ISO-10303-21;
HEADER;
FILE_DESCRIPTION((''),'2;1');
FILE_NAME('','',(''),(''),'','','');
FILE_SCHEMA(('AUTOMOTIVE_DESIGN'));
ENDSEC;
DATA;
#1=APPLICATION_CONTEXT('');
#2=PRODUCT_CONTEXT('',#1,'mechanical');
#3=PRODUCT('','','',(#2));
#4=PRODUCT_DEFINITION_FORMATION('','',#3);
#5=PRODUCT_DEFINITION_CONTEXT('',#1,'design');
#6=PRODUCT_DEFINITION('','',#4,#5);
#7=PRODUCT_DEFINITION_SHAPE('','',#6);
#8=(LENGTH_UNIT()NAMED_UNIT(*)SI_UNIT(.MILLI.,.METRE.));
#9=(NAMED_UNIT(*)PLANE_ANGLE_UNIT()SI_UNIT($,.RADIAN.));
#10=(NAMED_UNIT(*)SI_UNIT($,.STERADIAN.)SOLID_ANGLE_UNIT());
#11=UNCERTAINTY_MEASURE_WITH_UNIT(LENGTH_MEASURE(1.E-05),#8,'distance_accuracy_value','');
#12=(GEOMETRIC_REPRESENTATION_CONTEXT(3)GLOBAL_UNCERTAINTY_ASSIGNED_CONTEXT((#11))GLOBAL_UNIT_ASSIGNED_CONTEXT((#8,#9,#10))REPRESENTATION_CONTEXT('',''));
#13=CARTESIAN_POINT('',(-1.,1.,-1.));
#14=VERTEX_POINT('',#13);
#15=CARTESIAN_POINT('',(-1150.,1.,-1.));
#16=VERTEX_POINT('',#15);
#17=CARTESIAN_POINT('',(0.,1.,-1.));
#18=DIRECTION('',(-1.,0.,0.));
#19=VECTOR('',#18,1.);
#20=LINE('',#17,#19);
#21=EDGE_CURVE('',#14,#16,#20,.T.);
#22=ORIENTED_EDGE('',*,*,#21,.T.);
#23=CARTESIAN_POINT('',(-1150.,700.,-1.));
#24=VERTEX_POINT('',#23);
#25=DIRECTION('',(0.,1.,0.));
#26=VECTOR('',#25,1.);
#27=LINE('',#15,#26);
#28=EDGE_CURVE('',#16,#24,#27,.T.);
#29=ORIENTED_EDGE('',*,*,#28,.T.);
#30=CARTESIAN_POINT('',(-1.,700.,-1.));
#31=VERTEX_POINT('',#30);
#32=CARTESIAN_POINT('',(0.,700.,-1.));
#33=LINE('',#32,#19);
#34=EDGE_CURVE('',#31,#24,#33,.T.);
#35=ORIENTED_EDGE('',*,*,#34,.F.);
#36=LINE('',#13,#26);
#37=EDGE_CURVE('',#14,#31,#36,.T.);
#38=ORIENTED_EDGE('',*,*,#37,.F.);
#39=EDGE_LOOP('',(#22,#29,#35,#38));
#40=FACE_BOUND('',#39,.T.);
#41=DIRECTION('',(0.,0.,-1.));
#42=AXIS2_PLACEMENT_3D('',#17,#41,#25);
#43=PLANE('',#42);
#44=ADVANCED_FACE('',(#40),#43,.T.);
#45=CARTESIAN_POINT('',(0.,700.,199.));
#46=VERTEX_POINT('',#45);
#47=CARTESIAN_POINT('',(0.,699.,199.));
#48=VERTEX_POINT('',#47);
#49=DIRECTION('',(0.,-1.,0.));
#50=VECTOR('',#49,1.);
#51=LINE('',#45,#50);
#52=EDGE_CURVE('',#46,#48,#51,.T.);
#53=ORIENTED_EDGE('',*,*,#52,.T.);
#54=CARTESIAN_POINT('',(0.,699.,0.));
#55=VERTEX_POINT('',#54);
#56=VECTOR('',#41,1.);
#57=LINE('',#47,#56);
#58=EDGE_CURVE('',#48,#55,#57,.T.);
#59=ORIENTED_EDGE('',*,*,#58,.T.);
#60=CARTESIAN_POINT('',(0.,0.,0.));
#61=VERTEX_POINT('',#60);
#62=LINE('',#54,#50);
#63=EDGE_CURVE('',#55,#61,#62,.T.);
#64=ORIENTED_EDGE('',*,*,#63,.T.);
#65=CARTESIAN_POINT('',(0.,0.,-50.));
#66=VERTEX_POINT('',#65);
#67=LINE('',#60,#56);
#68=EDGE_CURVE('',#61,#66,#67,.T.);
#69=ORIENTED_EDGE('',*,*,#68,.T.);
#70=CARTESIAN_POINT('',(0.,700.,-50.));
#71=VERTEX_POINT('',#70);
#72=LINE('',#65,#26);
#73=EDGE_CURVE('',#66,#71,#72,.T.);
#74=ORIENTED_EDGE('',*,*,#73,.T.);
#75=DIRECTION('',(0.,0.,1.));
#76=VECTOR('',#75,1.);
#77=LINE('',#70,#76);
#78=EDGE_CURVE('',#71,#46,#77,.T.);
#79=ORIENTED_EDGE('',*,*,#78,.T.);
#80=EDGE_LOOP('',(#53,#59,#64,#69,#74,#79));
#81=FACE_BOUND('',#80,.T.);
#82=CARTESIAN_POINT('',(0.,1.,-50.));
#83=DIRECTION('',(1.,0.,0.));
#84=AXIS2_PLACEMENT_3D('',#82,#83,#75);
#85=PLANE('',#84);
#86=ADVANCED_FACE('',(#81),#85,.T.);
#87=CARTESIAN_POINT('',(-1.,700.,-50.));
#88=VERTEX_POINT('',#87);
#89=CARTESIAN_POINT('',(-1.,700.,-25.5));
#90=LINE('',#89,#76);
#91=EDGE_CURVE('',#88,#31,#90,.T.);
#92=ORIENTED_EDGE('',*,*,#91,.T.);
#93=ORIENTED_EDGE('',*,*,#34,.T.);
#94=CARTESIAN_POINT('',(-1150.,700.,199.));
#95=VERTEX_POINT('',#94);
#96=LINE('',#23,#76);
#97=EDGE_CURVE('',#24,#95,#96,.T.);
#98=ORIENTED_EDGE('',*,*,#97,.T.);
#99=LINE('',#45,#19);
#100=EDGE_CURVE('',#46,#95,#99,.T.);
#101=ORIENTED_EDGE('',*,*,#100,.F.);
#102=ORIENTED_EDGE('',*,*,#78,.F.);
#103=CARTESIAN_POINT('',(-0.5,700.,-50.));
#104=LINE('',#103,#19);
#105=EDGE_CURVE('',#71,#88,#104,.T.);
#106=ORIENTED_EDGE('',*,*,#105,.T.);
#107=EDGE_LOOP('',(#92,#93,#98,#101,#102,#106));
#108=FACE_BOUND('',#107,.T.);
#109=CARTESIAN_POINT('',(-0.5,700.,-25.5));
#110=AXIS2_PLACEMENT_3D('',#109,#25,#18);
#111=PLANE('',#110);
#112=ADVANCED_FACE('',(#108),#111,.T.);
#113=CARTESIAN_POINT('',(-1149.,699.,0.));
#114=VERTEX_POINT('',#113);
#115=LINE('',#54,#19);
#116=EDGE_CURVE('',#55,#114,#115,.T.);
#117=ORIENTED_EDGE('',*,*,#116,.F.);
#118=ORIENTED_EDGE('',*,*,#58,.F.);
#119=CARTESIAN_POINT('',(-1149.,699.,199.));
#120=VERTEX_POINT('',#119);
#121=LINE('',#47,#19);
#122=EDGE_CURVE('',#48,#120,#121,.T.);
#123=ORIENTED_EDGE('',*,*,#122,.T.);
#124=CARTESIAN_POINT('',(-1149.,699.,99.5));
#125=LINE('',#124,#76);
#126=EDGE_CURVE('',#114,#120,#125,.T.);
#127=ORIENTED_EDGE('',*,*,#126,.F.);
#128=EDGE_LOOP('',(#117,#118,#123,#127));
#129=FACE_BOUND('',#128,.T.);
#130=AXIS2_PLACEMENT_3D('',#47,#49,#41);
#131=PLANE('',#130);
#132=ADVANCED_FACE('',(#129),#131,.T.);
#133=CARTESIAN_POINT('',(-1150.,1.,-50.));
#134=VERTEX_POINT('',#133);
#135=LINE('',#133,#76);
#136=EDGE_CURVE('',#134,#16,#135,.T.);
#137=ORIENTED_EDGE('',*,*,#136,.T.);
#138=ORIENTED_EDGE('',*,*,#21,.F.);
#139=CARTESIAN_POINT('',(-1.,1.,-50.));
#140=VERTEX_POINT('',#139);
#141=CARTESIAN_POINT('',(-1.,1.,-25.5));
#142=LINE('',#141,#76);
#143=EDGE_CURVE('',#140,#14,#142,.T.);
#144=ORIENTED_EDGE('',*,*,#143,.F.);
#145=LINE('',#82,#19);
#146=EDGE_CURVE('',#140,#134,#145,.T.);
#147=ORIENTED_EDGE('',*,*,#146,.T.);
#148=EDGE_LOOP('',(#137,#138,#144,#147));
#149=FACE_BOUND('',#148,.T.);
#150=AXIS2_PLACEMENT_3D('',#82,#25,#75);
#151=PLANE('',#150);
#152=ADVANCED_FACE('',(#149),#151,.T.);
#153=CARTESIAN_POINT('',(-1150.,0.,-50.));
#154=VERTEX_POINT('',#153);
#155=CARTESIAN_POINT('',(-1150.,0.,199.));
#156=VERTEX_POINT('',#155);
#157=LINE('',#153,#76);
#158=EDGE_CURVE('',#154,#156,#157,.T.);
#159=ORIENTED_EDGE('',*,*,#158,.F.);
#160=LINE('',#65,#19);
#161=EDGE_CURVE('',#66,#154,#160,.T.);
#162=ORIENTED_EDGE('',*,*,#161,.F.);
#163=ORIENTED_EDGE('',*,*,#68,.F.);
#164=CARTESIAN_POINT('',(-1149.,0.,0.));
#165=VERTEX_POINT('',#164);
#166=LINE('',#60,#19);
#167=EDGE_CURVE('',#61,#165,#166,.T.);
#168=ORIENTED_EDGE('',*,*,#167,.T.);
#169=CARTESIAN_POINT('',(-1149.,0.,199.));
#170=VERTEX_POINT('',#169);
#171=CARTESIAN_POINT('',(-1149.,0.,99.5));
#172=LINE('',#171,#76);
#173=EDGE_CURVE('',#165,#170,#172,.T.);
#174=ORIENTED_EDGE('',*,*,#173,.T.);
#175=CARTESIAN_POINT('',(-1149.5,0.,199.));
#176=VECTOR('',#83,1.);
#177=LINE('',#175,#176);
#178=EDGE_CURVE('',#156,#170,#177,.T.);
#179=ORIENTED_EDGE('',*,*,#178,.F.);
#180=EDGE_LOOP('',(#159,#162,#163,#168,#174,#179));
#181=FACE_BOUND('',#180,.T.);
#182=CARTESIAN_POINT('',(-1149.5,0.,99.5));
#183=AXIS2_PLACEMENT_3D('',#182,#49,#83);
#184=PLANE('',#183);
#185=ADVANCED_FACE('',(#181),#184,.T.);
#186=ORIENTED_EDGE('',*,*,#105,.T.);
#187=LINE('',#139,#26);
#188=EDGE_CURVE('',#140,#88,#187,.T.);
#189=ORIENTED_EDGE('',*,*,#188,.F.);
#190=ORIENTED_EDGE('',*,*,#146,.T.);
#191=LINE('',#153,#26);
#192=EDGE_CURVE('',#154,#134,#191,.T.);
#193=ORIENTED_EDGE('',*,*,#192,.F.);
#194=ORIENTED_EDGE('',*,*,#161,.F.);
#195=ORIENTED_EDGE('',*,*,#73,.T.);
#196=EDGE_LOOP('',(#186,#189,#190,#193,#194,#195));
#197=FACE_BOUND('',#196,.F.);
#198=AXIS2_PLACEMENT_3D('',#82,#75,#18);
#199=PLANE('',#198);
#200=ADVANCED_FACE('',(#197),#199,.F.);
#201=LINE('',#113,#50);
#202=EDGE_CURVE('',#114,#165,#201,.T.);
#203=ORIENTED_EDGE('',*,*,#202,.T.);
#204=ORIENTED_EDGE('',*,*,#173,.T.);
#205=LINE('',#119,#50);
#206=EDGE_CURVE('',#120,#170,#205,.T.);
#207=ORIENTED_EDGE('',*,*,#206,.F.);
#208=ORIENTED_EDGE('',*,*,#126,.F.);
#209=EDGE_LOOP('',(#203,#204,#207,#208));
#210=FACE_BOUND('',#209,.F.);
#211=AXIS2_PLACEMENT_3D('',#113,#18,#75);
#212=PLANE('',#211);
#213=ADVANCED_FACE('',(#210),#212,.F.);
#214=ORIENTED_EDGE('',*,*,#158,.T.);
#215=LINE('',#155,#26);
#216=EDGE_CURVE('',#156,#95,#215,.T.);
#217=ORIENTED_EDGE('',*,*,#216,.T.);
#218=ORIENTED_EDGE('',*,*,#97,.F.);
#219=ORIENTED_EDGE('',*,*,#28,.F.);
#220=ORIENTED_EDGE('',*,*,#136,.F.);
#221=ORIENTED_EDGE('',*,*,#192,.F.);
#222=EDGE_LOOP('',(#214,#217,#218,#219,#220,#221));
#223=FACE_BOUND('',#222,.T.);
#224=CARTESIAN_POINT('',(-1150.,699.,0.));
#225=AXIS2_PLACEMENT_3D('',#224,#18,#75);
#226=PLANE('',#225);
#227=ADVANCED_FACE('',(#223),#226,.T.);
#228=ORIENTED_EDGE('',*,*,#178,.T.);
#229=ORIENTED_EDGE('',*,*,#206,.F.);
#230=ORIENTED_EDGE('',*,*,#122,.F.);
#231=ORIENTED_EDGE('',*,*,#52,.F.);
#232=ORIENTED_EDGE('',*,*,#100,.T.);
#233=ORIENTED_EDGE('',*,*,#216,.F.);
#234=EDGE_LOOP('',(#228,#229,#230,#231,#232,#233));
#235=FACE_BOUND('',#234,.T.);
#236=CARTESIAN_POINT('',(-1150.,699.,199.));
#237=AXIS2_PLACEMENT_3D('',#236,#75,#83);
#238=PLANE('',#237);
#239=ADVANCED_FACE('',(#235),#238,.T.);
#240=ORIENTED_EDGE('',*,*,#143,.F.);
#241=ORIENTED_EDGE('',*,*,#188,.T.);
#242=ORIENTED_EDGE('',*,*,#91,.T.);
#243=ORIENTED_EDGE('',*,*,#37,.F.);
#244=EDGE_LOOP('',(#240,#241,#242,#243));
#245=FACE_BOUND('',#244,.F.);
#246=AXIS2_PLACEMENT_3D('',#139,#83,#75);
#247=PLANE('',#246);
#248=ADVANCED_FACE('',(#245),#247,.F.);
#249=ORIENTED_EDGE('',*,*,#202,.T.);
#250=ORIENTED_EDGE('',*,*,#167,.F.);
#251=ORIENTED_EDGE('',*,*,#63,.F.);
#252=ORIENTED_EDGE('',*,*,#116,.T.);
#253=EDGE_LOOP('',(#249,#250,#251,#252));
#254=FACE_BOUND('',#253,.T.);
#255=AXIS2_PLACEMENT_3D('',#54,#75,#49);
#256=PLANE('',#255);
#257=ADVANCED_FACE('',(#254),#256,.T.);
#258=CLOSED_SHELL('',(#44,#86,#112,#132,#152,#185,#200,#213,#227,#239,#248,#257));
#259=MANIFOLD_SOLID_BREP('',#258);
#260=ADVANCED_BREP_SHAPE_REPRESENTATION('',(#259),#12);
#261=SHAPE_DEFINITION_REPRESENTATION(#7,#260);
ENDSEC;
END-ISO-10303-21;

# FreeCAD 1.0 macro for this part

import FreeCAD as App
import Part
import Sketcher
Q = App.Units.Quantity

doc = App.newDocument("Part")
body = doc.addObject("PartDesign::Body", "Body")

# Sketch on YZ plane
sketch1 = body.newObject("Sketcher::SketchObject", "Sketch")
sketch1.AttachmentSupport = (doc.getObject("YZ_Plane"), [""])
sketch1.MapMode = "FlatFace"
sketch1.addGeometry(Part.LineSegment(App.Vector(699, 0, 0), App.Vector(0, 0, 0)), False)
sketch1.addGeometry(Part.LineSegment(App.Vector(0, 0, 0), App.Vector(0, -50, 0)), False)
sketch1.addGeometry(Part.LineSegment(App.Vector(0, -50, 0), App.Vector(1, -50, 0)), False)
sketch1.addGeometry(Part.LineSegment(App.Vector(1, -50, 0), App.Vector(1, -1, 0)), False)
sketch1.addGeometry(Part.LineSegment(App.Vector(1, -1, 0), App.Vector(700, -1, 0)), False)
sketch1.addGeometry(Part.LineSegment(App.Vector(700, -1, 0), App.Vector(700, 199, 0)), False)
sketch1.addGeometry(Part.LineSegment(App.Vector(700, 199, 0), App.Vector(699, 199, 0)), False)
sketch1.addGeometry(Part.LineSegment(App.Vector(699, 199, 0), App.Vector(699, 0, 0)), False)
sketch1.addConstraint(Sketcher.Constraint("Coincident", 0, 2, 1, 1))
sketch1.addConstraint(Sketcher.Constraint("Coincident", 1, 2, 2, 1))
sketch1.addConstraint(Sketcher.Constraint("Coincident", 2, 2, 3, 1))
sketch1.addConstraint(Sketcher.Constraint("Coincident", 3, 2, 4, 1))
sketch1.addConstraint(Sketcher.Constraint("Coincident", 4, 2, 5, 1))
sketch1.addConstraint(Sketcher.Constraint("Coincident", 5, 2, 6, 1))
sketch1.addConstraint(Sketcher.Constraint("Coincident", 6, 2, 7, 1))
sketch1.addConstraint(Sketcher.Constraint("Coincident", 7, 2, 0, 1))
sketch1.addConstraint(Sketcher.Constraint("Horizontal", 0))
sketch1.addConstraint(Sketcher.Constraint("Vertical", 1))
sketch1.addConstraint(Sketcher.Constraint("Horizontal", 2))
sketch1.addConstraint(Sketcher.Constraint("Vertical", 3))
sketch1.addConstraint(Sketcher.Constraint("Horizontal", 4))
sketch1.addConstraint(Sketcher.Constraint("Vertical", 5))
sketch1.addConstraint(Sketcher.Constraint("Horizontal", 6))
sketch1.addConstraint(Sketcher.Constraint("Vertical", 7))
sketch1.addConstraint(Sketcher.Constraint("Coincident", 0, 2, -1, 1))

══════

What to do:
Above are the records; print exactly the lines from the line with "#210=FACE_BOUND('',#209,.F.);" to the line with "# FreeCAD 1.0 macro for this part", including both, and nothing else.

Result for this task:
#210=FACE_BOUND('',#209,.F.);
#211=AXIS2_PLACEMENT_3D('',#113,#18,#75);
#212=PLANE('',#211);
#213=ADVANCED_FACE('',(#210),#212,.F.);
#214=ORIENTED_EDGE('',*,*,#158,.T.);
#215=LINE('',#155,#26);
#216=EDGE_CURVE('',#156,#95,#215,.T.);
#217=ORIENTED_EDGE('',*,*,#216,.T.);
#218=ORIENTED_EDGE('',*,*,#97,.F.);
#219=ORIENTED_EDGE('',*,*,#28,.F.);
#220=ORIENTED_EDGE('',*,*,#136,.F.);
#221=ORIENTED_EDGE('',*,*,#192,.F.);
#222=EDGE_LOOP('',(#214,#217,#218,#219,#220,#221));
#223=FACE_BOUND('',#222,.T.);
#224=CARTESIAN_POINT('',(-1150.,699.,0.));
#225=AXIS2_PLACEMENT_3D('',#224,#18,#75);
#226=PLANE('',#225);
#227=ADVANCED_FACE('',(#223),#226,.T.);
#228=ORIENTED_EDGE('',*,*,#178,.T.);
#229=ORIENTED_EDGE('',*,*,#206,.F.);
#230=ORIENTED_EDGE('',*,*,#122,.F.);
#231=ORIENTED_EDGE('',*,*,#52,.F.);
#232=ORIENTED_EDGE('',*,*,#100,.T.);
#233=ORIENTED_EDGE('',*,*,#216,.F.);
#234=EDGE_LOOP('',(#228,#229,#230,#231,#232,#233));
#235=FACE_BOUND('',#234,.T.);
#236=CARTESIAN_POINT('',(-1150.,699.,199.));
#237=AXIS2_PLACEMENT_3D('',#236,#75,#83);
#238=PLANE('',#237);
#239=ADVANCED_FACE('',(#235),#238,.T.);
#240=ORIENTED_EDGE('',*,*,#143,.F.);
#241=ORIENTED_EDGE('',*,*,#188,.T.);
#242=ORIENTED_EDGE('',*,*,#91,.T.);
#243=ORIENTED_EDGE('',*,*,#37,.F.);
#244=EDGE_LOOP('',(#240,#241,#242,#243));
#245=FACE_BOUND('',#244,.F.);
#246=AXIS2_PLACEMENT_3D('',#139,#83,#75);
#247=PLANE('',#246);
#248=ADVANCED_FACE('',(#245),#247,.F.);
#249=ORIENTED_EDGE('',*,*,#202,.T.);
#250=ORIENTED_EDGE('',*,*,#167,.F.);
#251=ORIENTED_EDGE('',*,*,#63,.F.);
#252=ORIENTED_EDGE('',*,*,#116,.T.);
#253=EDGE_LOOP('',(#249,#250,#251,#252));
#254=FACE_BOUND('',#253,.T.);
#255=AXIS2_PLACEMENT_3D('',#54,#75,#49);
#256=PLANE('',#255);
#257=ADVANCED_FACE('',(#254),#256,.T.);
#258=CLOSED_SHELL('',(#44,#86,#112,#132,#152,#185,#200,#213,#227,#239,#248,#257));
#259=MANIFOLD_SOLID_BREP('',#258);
#260=ADVANCED_BREP_SHAPE_REPRESENTATION('',(#259),#12);
#261=SHAPE_DEFINITION_REPRESENTATION(#7,#260);
ENDSEC;
END-ISO-10303-21;

# FreeCAD 1.0 macro for this part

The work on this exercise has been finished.